§ **Input data**

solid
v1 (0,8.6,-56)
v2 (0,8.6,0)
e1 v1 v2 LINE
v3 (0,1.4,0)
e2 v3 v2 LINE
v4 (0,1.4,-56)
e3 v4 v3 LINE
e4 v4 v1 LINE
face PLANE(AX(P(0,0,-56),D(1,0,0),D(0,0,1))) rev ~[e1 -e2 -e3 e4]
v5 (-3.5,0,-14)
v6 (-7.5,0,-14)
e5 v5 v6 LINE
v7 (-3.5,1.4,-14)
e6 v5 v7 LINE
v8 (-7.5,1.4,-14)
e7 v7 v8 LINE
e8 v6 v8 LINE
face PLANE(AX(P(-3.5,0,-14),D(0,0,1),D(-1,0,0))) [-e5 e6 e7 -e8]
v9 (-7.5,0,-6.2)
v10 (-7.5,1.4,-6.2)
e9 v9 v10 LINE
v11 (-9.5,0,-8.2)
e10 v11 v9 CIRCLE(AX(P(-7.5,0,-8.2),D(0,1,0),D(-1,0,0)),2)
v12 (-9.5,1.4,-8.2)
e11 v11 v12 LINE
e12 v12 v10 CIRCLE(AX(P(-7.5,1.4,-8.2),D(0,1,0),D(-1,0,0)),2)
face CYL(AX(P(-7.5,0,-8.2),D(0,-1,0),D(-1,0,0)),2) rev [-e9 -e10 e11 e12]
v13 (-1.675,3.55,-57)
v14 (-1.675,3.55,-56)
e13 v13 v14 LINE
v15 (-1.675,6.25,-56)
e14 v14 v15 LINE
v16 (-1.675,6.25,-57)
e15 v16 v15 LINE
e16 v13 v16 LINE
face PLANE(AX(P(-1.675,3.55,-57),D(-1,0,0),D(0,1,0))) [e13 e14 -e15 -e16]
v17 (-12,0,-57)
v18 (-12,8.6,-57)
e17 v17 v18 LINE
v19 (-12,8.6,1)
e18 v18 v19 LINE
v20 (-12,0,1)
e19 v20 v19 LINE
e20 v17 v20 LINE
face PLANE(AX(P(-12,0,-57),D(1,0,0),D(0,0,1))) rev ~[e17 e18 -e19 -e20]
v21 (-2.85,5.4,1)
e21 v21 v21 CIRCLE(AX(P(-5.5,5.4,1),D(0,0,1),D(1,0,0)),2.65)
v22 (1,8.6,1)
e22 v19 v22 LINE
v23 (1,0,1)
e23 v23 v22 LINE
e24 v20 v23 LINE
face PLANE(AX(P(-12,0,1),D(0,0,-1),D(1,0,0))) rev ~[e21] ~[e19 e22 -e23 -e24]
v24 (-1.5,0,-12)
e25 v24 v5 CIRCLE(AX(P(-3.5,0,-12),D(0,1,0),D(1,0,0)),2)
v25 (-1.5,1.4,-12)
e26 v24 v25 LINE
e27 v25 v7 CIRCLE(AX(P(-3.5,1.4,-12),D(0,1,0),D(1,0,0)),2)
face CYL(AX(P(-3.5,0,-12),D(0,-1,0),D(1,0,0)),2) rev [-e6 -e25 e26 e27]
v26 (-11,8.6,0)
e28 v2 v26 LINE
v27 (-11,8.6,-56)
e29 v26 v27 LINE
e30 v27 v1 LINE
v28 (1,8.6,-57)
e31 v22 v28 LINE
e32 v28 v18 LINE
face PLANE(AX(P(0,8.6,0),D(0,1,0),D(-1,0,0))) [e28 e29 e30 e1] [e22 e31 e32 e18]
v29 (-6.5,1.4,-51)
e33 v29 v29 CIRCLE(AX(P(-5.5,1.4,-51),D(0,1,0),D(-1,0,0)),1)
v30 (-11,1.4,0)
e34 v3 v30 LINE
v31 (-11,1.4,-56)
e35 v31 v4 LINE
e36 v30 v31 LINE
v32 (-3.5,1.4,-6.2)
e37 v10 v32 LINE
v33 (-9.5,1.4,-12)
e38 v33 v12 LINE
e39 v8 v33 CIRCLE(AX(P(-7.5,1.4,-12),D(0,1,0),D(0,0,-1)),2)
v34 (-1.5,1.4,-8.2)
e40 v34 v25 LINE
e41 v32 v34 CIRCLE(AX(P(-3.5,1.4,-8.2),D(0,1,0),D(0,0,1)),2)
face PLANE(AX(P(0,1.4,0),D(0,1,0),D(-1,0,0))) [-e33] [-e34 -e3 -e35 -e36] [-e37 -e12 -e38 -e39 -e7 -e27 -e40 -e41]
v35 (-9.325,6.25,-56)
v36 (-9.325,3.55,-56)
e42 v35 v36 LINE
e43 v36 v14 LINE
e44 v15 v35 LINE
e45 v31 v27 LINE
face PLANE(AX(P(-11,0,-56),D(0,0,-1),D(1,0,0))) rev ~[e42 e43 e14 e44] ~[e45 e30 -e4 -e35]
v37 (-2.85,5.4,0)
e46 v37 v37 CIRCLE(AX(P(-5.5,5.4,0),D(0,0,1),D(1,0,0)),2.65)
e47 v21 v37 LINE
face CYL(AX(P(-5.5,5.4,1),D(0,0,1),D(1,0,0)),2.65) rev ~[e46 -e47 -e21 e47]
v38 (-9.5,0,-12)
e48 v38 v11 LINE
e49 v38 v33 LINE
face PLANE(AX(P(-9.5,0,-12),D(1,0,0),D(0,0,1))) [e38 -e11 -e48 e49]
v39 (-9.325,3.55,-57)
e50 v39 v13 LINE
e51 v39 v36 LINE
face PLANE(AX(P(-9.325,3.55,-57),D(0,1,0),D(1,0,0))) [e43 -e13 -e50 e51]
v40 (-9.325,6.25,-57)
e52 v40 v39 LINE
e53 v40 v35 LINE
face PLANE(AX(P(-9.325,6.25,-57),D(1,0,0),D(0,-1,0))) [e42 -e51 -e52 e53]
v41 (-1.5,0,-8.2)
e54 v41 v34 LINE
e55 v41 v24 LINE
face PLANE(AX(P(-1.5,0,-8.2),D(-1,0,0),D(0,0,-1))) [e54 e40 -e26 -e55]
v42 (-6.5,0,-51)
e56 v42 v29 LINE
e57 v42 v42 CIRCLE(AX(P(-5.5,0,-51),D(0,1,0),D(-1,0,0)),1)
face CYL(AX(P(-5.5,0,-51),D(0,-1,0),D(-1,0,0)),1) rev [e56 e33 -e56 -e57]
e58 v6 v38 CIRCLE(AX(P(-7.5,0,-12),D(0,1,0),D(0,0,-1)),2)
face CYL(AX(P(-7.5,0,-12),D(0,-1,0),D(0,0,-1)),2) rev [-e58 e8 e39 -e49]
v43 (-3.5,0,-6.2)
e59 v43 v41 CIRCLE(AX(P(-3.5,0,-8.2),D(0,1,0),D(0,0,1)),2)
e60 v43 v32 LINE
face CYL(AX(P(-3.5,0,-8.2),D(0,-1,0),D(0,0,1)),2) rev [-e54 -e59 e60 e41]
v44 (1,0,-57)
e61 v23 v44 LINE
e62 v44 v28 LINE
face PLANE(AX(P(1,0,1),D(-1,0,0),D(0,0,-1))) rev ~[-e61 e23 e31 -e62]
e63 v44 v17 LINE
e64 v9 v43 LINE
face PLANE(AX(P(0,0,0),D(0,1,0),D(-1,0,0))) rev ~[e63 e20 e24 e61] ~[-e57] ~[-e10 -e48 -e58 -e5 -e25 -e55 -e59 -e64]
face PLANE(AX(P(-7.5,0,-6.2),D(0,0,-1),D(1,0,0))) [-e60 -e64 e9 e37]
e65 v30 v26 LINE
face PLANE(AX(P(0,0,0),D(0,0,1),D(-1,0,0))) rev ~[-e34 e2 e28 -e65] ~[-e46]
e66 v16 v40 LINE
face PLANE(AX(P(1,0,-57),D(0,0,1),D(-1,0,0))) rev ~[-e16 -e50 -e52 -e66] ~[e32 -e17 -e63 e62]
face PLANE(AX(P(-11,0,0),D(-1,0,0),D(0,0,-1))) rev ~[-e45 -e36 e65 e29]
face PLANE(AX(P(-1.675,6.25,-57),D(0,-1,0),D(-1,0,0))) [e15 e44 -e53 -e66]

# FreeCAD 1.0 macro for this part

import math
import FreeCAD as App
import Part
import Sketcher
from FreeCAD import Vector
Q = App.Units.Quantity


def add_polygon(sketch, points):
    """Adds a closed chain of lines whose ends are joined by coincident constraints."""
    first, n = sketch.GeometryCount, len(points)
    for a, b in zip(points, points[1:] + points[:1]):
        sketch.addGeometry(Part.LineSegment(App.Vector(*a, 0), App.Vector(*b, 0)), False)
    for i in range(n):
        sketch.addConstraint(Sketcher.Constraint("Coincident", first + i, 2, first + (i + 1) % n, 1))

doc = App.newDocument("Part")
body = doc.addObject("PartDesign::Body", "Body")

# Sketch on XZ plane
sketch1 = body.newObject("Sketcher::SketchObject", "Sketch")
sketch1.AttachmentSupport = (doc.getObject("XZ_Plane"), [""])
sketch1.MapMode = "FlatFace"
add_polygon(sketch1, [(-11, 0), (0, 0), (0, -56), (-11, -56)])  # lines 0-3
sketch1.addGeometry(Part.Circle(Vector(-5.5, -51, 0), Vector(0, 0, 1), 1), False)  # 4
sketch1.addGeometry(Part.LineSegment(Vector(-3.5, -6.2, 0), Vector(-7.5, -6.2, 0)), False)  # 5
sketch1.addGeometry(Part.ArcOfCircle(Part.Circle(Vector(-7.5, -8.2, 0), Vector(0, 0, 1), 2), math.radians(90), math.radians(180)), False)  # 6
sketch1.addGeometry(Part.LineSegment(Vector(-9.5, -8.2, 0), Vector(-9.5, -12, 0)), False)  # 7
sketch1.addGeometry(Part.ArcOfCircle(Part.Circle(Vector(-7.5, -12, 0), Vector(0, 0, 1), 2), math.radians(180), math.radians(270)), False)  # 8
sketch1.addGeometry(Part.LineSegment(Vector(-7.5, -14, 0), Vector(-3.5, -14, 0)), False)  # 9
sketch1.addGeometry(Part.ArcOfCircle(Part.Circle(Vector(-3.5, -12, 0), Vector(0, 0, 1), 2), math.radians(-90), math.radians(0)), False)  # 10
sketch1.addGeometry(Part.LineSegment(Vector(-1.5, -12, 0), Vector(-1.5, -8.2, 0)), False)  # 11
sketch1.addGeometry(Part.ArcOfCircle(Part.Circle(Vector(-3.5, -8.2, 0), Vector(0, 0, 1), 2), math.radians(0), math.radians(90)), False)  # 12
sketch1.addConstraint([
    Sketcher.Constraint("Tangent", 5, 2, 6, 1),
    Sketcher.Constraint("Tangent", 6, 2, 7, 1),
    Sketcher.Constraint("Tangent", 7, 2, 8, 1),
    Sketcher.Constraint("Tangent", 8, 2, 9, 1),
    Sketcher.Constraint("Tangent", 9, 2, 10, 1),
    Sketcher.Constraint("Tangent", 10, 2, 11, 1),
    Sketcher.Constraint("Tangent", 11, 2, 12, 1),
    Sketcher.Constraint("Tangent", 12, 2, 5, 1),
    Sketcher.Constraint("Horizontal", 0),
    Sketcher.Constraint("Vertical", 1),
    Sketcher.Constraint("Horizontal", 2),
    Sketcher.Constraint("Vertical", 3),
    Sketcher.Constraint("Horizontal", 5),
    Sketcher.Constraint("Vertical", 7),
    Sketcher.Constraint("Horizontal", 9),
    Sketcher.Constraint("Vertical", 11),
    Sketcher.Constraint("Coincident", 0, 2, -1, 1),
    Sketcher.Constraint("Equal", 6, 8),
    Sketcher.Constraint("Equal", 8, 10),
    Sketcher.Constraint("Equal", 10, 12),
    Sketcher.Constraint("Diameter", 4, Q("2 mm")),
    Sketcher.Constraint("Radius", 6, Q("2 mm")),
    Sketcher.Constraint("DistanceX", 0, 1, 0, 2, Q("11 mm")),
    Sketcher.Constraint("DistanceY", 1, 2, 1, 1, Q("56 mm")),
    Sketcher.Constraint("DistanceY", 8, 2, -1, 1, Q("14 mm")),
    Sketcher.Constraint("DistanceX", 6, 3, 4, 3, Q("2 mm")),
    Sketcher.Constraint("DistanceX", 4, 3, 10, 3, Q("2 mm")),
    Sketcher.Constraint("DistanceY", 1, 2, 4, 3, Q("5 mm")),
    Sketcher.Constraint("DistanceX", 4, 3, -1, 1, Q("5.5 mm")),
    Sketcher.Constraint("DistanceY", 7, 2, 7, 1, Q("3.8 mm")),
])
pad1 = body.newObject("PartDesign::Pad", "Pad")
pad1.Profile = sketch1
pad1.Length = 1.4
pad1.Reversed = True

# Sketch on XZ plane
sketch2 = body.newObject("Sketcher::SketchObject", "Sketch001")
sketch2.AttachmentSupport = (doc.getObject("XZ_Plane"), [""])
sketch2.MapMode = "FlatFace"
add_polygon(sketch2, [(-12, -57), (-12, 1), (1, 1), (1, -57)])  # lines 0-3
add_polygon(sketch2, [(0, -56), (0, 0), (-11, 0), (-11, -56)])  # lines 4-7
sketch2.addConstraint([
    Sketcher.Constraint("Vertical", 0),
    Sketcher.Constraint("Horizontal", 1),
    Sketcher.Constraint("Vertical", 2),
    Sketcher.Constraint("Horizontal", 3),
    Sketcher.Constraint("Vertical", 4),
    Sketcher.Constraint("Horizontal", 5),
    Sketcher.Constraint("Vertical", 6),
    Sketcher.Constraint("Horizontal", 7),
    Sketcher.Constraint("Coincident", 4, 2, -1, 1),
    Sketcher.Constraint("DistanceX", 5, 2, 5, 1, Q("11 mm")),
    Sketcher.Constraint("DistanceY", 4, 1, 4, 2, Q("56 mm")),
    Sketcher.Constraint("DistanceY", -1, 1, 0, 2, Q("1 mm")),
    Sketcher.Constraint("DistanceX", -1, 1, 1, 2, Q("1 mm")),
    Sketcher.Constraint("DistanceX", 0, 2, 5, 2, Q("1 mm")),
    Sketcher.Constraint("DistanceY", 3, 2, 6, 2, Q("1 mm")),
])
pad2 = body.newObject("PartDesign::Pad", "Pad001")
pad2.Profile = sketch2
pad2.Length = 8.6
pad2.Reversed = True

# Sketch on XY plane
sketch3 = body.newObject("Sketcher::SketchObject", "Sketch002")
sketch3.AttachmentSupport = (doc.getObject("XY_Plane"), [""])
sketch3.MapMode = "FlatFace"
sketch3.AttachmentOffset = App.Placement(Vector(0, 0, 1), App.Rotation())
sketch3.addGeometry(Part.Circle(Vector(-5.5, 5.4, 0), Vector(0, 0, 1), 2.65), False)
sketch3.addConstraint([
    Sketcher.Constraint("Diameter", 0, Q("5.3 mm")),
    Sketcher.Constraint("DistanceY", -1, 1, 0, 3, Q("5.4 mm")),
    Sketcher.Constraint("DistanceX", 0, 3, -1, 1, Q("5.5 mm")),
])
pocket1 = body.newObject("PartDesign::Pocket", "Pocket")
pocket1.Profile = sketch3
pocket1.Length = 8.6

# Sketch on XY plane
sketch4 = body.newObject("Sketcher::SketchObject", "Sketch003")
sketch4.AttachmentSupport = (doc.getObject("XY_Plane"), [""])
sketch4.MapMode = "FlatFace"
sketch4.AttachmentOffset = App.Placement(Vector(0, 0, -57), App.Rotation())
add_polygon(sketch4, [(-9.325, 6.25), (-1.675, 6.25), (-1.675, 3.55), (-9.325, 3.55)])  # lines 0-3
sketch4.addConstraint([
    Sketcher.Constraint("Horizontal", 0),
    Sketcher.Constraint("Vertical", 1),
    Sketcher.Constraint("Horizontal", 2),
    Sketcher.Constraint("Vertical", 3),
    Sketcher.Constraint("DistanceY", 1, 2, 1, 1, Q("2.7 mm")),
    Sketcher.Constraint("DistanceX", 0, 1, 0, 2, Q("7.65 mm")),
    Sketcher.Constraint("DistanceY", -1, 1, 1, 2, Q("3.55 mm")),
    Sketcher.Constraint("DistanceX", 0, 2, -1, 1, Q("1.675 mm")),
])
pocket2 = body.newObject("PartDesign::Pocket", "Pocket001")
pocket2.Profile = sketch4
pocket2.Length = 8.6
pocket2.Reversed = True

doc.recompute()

§ **Exercise goal**
Look back at the entries above and repeat, unchanged, every line from the line holding "v20 (-12,0,1)" through the line holding "e47 v21 v37 LINE".

§ **Answer for the task**
v20 (-12,0,1)
e19 v20 v19 LINE
e20 v17 v20 LINE
face PLANE(AX(P(-12,0,-57),D(1,0,0),D(0,0,1))) rev ~[e17 e18 -e19 -e20]
v21 (-2.85,5.4,1)
e21 v21 v21 CIRCLE(AX(P(-5.5,5.4,1),D(0,0,1),D(1,0,0)),2.65)
v22 (1,8.6,1)
e22 v19 v22 LINE
v23 (1,0,1)
e23 v23 v22 LINE
e24 v20 v23 LINE
face PLANE(AX(P(-12,0,1),D(0,0,-1),D(1,0,0))) rev ~[e21] ~[e19 e22 -e23 -e24]
v24 (-1.5,0,-12)
e25 v24 v5 CIRCLE(AX(P(-3.5,0,-12),D(0,1,0),D(1,0,0)),2)
v25 (-1.5,1.4,-12)
e26 v24 v25 LINE
e27 v25 v7 CIRCLE(AX(P(-3.5,1.4,-12),D(0,1,0),D(1,0,0)),2)
face CYL(AX(P(-3.5,0,-12),D(0,-1,0),D(1,0,0)),2) rev [-e6 -e25 e26 e27]
v26 (-11,8.6,0)
e28 v2 v26 LINE
v27 (-11,8.6,-56)
e29 v26 v27 LINE
e30 v27 v1 LINE
v28 (1,8.6,-57)
e31 v22 v28 LINE
e32 v28 v18 LINE
face PLANE(AX(P(0,8.6,0),D(0,1,0),D(-1,0,0))) [e28 e29 e30 e1] [e22 e31 e32 e18]
v29 (-6.5,1.4,-51)
e33 v29 v29 CIRCLE(AX(P(-5.5,1.4,-51),D(0,1,0),D(-1,0,0)),1)
v30 (-11,1.4,0)
e34 v3 v30 LINE
v31 (-11,1.4,-56)
e35 v31 v4 LINE
e36 v30 v31 LINE
v32 (-3.5,1.4,-6.2)
e37 v10 v32 LINE
v33 (-9.5,1.4,-12)
e38 v33 v12 LINE
e39 v8 v33 CIRCLE(AX(P(-7.5,1.4,-12),D(0,1,0),D(0,0,-1)),2)
v34 (-1.5,1.4,-8.2)
e40 v34 v25 LINE
e41 v32 v34 CIRCLE(AX(P(-3.5,1.4,-8.2),D(0,1,0),D(0,0,1)),2)
face PLANE(AX(P(0,1.4,0),D(0,1,0),D(-1,0,0))) [-e33] [-e34 -e3 -e35 -e36] [-e37 -e12 -e38 -e39 -e7 -e27 -e40 -e41]
v35 (-9.325,6.25,-56)
v36 (-9.325,3.55,-56)
e42 v35 v36 LINE
e43 v36 v14 LINE
e44 v15 v35 LINE
e45 v31 v27 LINE
face PLANE(AX(P(-11,0,-56),D(0,0,-1),D(1,0,0))) rev ~[e42 e43 e14 e44] ~[e45 e30 -e4 -e35]
v37 (-2.85,5.4,0)
e46 v37 v37 CIRCLE(AX(P(-5.5,5.4,0),D(0,0,1),D(1,0,0)),2.65)
e47 v21 v37 LINE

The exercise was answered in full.